La flexibilité de la molécule d’ADN joue également un rôle important dans la reconnaissance. En effet, il existe de nombreux exemples de complexes protéine-ADN dans lesquels la structure de l’ADN diffère d’une hélice de forme B linéaire. Par exemple, on peut voir sur la Figure 36A-B-C, que l’ADN peut se déformer pendant l’interaction spécifique. Cependant, on remarque que dans ces trois types de complexe (Sox17-ADN, IHF-ADN et TBP-ADN, Figure 36), les déformations sont dues à une interaction dans le petit sillon. L’encombrement stérique engendré par l’insertion d’éléments de structures secondaires dans le petit sillon est souvent à l’origine des phénomènes de courbure de l’ADN. Dans le cadre du répresseur Lactose, c’est aussi l’insertion de l’hélice α C-terminale qui entraîne la courbure de l’ADN. Il est important de noter que la distorsion de l’ADN lors de l’interaction protéine- ADN a un coût énergétique qui sera compensé par la mise en place de contacts intermoléculaires supplémentaires (Privalov et al., 2009). De façon intéressante, la distorsion de l’ADN est aussi observée dans le cadre d’interactions non spécifiques comme on peut le voir dans la structure cristallographique du nucléosome. En effet, l’ADN doit se courber pour pouvoir s’enrouler autour de l’octamère d’histones (Figure 36D).

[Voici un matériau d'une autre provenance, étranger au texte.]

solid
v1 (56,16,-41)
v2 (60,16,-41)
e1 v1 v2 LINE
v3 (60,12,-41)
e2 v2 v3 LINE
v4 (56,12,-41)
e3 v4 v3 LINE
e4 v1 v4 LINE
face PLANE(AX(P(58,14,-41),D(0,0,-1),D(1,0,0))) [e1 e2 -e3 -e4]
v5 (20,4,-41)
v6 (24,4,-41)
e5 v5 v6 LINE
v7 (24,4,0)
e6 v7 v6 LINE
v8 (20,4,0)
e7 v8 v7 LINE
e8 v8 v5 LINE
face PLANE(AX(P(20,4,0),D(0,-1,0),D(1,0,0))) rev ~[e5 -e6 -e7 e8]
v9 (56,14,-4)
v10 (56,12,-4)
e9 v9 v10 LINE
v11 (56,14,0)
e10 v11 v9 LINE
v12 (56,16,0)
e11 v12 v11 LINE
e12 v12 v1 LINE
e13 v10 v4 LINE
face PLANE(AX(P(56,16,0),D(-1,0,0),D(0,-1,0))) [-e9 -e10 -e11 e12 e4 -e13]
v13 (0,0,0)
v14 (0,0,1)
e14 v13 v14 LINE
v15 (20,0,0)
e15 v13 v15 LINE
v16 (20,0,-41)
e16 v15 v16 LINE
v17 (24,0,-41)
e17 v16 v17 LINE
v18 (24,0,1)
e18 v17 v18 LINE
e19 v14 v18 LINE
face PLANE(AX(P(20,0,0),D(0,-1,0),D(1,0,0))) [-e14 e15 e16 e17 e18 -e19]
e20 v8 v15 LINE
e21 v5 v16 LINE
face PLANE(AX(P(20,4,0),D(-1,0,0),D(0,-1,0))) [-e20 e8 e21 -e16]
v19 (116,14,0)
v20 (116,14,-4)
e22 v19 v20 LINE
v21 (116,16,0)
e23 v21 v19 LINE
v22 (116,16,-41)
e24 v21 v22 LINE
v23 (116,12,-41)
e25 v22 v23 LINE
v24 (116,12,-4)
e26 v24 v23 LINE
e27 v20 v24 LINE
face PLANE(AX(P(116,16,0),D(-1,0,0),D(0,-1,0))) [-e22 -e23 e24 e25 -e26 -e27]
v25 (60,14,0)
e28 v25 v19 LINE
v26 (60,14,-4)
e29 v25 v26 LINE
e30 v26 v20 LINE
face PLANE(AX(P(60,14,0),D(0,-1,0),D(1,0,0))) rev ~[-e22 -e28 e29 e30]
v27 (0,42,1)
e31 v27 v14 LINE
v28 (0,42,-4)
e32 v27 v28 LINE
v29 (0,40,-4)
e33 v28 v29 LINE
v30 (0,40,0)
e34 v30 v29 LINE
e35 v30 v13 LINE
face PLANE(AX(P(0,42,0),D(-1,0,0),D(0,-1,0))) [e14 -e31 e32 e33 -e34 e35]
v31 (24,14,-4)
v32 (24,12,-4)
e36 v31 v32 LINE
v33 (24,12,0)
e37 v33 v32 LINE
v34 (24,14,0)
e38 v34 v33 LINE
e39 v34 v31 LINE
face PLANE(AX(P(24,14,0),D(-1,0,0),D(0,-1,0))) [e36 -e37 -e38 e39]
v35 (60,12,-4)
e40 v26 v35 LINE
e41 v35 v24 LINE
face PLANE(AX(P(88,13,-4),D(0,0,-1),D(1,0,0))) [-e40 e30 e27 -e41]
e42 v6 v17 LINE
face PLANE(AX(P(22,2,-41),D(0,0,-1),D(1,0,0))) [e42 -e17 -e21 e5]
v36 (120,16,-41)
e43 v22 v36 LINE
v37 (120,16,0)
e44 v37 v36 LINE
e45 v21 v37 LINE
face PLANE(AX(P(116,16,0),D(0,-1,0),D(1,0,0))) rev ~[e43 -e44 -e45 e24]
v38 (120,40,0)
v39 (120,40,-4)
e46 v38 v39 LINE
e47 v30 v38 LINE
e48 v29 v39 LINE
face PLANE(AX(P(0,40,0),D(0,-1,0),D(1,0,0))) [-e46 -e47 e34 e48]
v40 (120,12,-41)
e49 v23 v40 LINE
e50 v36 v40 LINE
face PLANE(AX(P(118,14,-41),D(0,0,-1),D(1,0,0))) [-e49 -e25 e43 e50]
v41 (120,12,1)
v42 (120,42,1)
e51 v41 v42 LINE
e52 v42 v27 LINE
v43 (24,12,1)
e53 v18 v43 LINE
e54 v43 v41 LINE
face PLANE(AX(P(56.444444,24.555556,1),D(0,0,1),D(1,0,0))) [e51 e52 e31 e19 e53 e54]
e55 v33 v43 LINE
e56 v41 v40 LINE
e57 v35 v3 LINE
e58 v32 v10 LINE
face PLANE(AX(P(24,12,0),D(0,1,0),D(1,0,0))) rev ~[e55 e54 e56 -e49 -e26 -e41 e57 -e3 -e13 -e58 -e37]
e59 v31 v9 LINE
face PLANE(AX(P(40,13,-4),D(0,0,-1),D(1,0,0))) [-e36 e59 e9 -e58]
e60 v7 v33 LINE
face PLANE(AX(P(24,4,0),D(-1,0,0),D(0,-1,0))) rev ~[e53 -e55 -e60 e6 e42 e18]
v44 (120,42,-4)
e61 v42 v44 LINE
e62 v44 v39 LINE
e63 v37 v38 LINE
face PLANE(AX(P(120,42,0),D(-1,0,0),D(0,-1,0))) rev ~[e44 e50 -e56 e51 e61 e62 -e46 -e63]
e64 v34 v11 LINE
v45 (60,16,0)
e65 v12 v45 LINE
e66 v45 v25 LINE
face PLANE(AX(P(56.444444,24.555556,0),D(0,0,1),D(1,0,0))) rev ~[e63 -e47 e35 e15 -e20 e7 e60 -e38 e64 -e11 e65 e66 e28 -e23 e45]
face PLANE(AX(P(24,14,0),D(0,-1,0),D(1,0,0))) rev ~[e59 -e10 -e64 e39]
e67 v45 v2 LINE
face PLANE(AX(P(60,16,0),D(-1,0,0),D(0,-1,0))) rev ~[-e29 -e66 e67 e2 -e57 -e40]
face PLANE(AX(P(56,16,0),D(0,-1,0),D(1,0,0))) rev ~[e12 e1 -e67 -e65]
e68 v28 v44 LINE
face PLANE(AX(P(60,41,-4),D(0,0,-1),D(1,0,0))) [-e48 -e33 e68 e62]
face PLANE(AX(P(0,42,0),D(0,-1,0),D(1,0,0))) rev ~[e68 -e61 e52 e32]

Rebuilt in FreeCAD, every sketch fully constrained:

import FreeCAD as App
import Part
import Sketcher
from FreeCAD import Vector
Q = App.Units.Quantity


def add_polygon(sketch, points):
    """Adds a closed chain of lines whose ends are joined by coincident constraints."""
    first, n = sketch.GeometryCount, len(points)
    for a, b in zip(points, points[1:] + points[:1]):
        sketch.addGeometry(Part.LineSegment(App.Vector(*a, 0), App.Vector(*b, 0)), False)
    for i in range(n):
        sketch.addConstraint(Sketcher.Constraint("Coincident", first + i, 2, first + (i + 1) % n, 1))

doc = App.newDocument("Part")
body = doc.addObject("PartDesign::Body", "Body")

sketch1 = body.newObject("Sketcher::SketchObject", "Sketch")
sketch1.AttachmentSupport = (doc.getObject("XY_Plane"), [""])
sketch1.MapMode = "FlatFace"
add_polygon(sketch1, [(0, 42), (0, 0), (24, 0), (24, 12), (120, 12), (120, 42)])
sketch1.addConstraint([
    Sketcher.Constraint("Vertical", 0),
    Sketcher.Constraint("Horizontal", 1),
    Sketcher.Constraint("Vertical", 2),
    Sketcher.Constraint("Horizontal", 3),
    Sketcher.Constraint("Vertical", 4),
    Sketcher.Constraint("Horizontal", 5),
    Sketcher.Constraint("Coincident", 0, 2, -1, 1),
    Sketcher.Constraint("DistanceX", 1, 1, 1, 2, Q("24 mm")),
    Sketcher.Constraint("DistanceX", 3, 1, 3, 2, Q("96 mm")),
    Sketcher.Constraint("DistanceY", 0, 2, 0, 1, Q("42 mm")),
    Sketcher.Constraint("DistanceY", 2, 1, 2, 2, Q("12 mm")),
])
pad1 = body.newObject("PartDesign::Pad", "Pad")
pad1.Profile = sketch1
pad1.Length = 1

sketch2 = body.newObject("Sketcher::SketchObject", "Sketch001")
sketch2.AttachmentSupport = (doc.getObject("XY_Plane"), [""])
sketch2.MapMode = "FlatFace"
add_polygon(sketch2, [(20, 0), (20, 4), (24, 4), (24, 0)])
add_polygon(sketch2, [(56, 12), (56, 16), (60, 16), (60, 12)])
add_polygon(sketch2, [(116, 12), (116, 16), (120, 16), (120, 12)])
sketch2.addConstraint([
    Sketcher.Constraint("Vertical", 0),
    Sketcher.Constraint("Horizontal", 1),
    Sketcher.Constraint("Vertical", 2),
    Sketcher.Constraint("Horizontal", 3),
    Sketcher.Constraint("Vertical", 4),
    Sketcher.Constraint("Horizontal", 5),
    Sketcher.Constraint("Vertical", 6),
    Sketcher.Constraint("Horizontal", 7),
    Sketcher.Constraint("Vertical", 8),
    Sketcher.Constraint("Horizontal", 9),
    Sketcher.Constraint("Vertical", 10),
    Sketcher.Constraint("Horizontal", 11),
    Sketcher.Constraint("PointOnObject", 2, 2, -1),
    Sketcher.Constraint("Horizontal", 5, 2, 8, 2),
    Sketcher.Constraint("Horizontal", 7, 2, 10, 2),
    Sketcher.Constraint("Equal", 3, 5),
    Sketcher.Constraint("Equal", 7, 9),
    Sketcher.Constraint("Equal", 11, 0),
    Sketcher.Constraint("Equal", 2, 4),
    Sketcher.Constraint("DistanceX", 1, 1, 1, 2, Q("4 mm")),
    Sketcher.Constraint("DistanceX", -1, 1, 0, 2, Q("20 mm")),
    Sketcher.Constraint("DistanceX", -1, 1, 4, 2, Q("56 mm")),
    Sketcher.Constraint("DistanceY", -1, 1, 4, 2, Q("16 mm")),
    Sketcher.Constraint("DistanceX", -1, 1, 8, 2, Q("116 mm")),
])
pad2 = body.newObject("PartDesign::Pad", "Pad001")
pad2.Profile = sketch2
pad2.Length = 41
pad2.Reversed = True

sketch3 = body.newObject("Sketcher::SketchObject", "Sketch002")
sketch3.AttachmentSupport = (doc.getObject("XY_Plane"), [""])
sketch3.MapMode = "FlatFace"
add_polygon(sketch3, [(0, 40), (0, 42), (120, 42), (120, 40)])
add_polygon(sketch3, [(24, 12), (24, 14), (56, 14), (56, 12)])
add_polygon(sketch3, [(60, 12), (60, 14), (116, 14), (116, 12)])
sketch3.addConstraint([
    Sketcher.Constraint("Vertical", 0),
    Sketcher.Constraint("Horizontal", 1),
    Sketcher.Constraint("Vertical", 2),
    Sketcher.Constraint("Horizontal", 3),
    Sketcher.Constraint("Vertical", 4),
    Sketcher.Constraint("Horizontal", 5),
    Sketcher.Constraint("Vertical", 6),
    Sketcher.Constraint("Horizontal", 7),
    Sketcher.Constraint("Vertical", 8),
    Sketcher.Constraint("Horizontal", 9),
    Sketcher.Constraint("Vertical", 10),
    Sketcher.Constraint("Horizontal", 11),
    Sketcher.Constraint("PointOnObject", 0, 2, -2),
    Sketcher.Constraint("Horizontal", 5, 2, 8, 2),
    Sketcher.Constraint("Horizontal", 7, 2, 10, 2),
    Sketcher.Constraint("Equal", 2, 4),
    Sketcher.Constraint("DistanceX", 1, 1, 1, 2, Q("120 mm")),
    Sketcher.Constraint("DistanceX", 5, 1, 5, 2, Q("32 mm")),
    Sketcher.Constraint("DistanceX", 9, 1, 9, 2, Q("56 mm")),
    Sketcher.Constraint("DistanceY", 0, 1, 0, 2, Q("2 mm")),
    Sketcher.Constraint("DistanceY", -1, 1, 0, 2, Q("42 mm")),
    Sketcher.Constraint("DistanceX", -1, 1, 4, 2, Q("24 mm")),
    Sketcher.Constraint("DistanceY", -1, 1, 4, 2, Q("14 mm")),
    Sketcher.Constraint("DistanceX", -1, 1, 8, 2, Q("60 mm")),
])
pad3 = body.newObject("PartDesign::Pad", "Pad002")
pad3.Profile = sketch3
pad3.Length = 4
pad3.Reversed = True

doc.recompute()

Figure 36 : Courbure de l’ADN lors de la reconnaissance Protéine-ADN.

(A) Structure cristallographique de la protéine Sox17 liée sur sa cible ADN, code PDB 3f27, (Palasingam et al., 2009). (B) Structure cristallographique de l’ « Integration Host Factor » (IHF) lié sur sa cible ADN, code PDB 1owg (Lynch et al., 2003). (C) Structure cristallographique de la TBP liée sur sa cible ADN, code PDB 1YTB, (Kim et al., 1993). (D) Structure cristallographique du nucléosome, code PDB 1aoi, (Luger et al., 1997). Les histones H2A sont colorées en orange, H2B en mauve, H3 en rouge et H4 en bleu.